Enrichment and analysis of rice seedling ubiquitin-related proteins using four UBA domains (GST-qUBAs)

• Published in: Plant science (Limerick) Vol. 229; pp. 172 - 180
• Main Authors: Meng, Qingshi, Rao, Liqun, Pan, Yinghong
• Format: Journal Article
• Language: English
• Published: Ireland Elsevier B.V 01.12.2014
• Subjects: Affinity enrichment; Amino Acid Sequence; Chromatography, Affinity; Glutathione Transferase - metabolism; Mass spectrometry; Molecular Sequence Data; Oryza - metabolism; Oryza sativa; Plant Proteins - chemistry; Plant Proteins - metabolism; Polyubiquitin - metabolism; Protein Processing, Post-Translational; Protein Structure, Tertiary; Recombinant Fusion Proteins - metabolism; Seedlings - metabolism; Ubiquitin; Ubiquitin - chemistry; Ubiquitin - metabolism; Ubiquitin ligases; Ubiquitin-associated domain; Ubiquitin-Protein Ligases - metabolism; Ubiquitinated Proteins - isolation & purification; Ubiquitin; DUBs; CAA; E3s; E1s; E2s; IAA; HCD; Ubiquitin ligases; Oryza sativa; Ubiquitin-associated domain; UBA; PMSF; FDR; UBD; MIU; UIM; IPTG; Affinity enrichment; GST-qUBAs; Mass spectrometry
• ISSN: 0168-9452; 1873-2259
• DOI: 10.1016/j.plantsci.2014.09.002

•Found a UBA domain to high-efficiently interacting with polyubiquitin chain.•Developed two-step method for enriching ubiquitinated proteins.•The enrichment efficiency of ubiquitinated protein increased more than three times.•170 ubiquitin-related proteins were identified from rice seedling. Protein ubiquitination is a common posttranslational modification that often occurs on lysine residues. It controls the half-life, interaction and trafficking of intracellular proteins and is involved in different plant development stages and responses to environment stresses. Four Ubiquitin-Associated (UBA) domains were sequentially fused with Glutathione S-transferase (GST) tag (GST-qUBA) as bait protein in this study.

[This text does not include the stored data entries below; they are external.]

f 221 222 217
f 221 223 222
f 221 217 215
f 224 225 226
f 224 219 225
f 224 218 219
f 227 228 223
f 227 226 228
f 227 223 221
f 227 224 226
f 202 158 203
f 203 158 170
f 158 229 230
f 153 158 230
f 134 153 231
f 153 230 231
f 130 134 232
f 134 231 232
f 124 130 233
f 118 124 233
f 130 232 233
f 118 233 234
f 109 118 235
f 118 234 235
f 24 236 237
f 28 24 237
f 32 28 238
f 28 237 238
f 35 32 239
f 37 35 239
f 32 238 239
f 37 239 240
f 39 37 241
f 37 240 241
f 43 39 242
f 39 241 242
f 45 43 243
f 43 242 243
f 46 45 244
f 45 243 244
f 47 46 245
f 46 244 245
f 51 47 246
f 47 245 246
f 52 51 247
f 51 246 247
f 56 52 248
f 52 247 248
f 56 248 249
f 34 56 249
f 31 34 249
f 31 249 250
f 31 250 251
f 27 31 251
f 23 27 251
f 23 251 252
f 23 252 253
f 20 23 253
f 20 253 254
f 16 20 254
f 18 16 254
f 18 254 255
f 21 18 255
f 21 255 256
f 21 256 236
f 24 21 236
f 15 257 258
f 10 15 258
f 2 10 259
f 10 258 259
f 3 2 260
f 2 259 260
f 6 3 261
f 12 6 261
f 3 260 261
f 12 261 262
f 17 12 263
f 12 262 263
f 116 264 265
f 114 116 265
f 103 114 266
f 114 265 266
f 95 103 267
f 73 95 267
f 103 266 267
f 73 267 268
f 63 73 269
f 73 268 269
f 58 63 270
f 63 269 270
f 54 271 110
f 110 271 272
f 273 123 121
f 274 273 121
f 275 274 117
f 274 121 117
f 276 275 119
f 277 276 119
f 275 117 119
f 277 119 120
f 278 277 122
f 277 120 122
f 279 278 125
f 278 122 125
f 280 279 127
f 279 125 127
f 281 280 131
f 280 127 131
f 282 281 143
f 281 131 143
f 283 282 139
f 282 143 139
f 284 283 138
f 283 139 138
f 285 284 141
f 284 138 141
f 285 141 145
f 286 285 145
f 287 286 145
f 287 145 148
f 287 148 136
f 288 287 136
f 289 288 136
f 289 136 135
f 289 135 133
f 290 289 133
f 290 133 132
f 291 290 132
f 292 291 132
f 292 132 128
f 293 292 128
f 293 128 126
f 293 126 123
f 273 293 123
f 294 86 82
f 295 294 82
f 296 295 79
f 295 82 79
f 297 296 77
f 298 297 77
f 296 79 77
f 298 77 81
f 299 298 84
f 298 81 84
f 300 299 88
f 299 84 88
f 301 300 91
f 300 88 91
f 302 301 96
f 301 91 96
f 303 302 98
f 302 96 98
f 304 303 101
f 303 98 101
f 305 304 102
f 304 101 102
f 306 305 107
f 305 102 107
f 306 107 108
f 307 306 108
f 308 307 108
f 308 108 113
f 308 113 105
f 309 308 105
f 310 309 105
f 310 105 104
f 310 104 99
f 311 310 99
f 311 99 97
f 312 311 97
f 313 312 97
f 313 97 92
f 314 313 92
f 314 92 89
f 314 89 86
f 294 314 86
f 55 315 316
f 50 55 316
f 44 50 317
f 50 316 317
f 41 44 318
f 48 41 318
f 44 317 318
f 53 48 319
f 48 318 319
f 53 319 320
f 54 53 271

A two-step affinity protocol was successfully developed and the identification of ubiquitinated proteins and their interaction proteins increased almost threefold compared to methods that directly identify ubiquitinated proteins from crude samples. A total of 170 ubiquitin-related proteins were identified in GST-qUBAs enriched samples taken from rice seedlings. There were 134 ubiquitinated proteins, 5 ubiquitin-activating enzymes (E1s), 5 ubiquitin-conjugating enzymes (E2s), 19 ubiquitin ligases (E3s) and 7 deubiquitinating enzymes (DUBs), which all contained various key factors that regulated a wide range of biological processes. Moreover, a series of novel ubiquitinated proteins and E3s were identified that had not been previously reported. This study investigated a high-efficiency method for identifying novel ubiquitinated proteins involved in biological processes and a primary mapping of the ubiquitylome during rice seedling development, which could extend our understanding of how ubiquitin modification regulates plant proteins, pathways and cellular processes.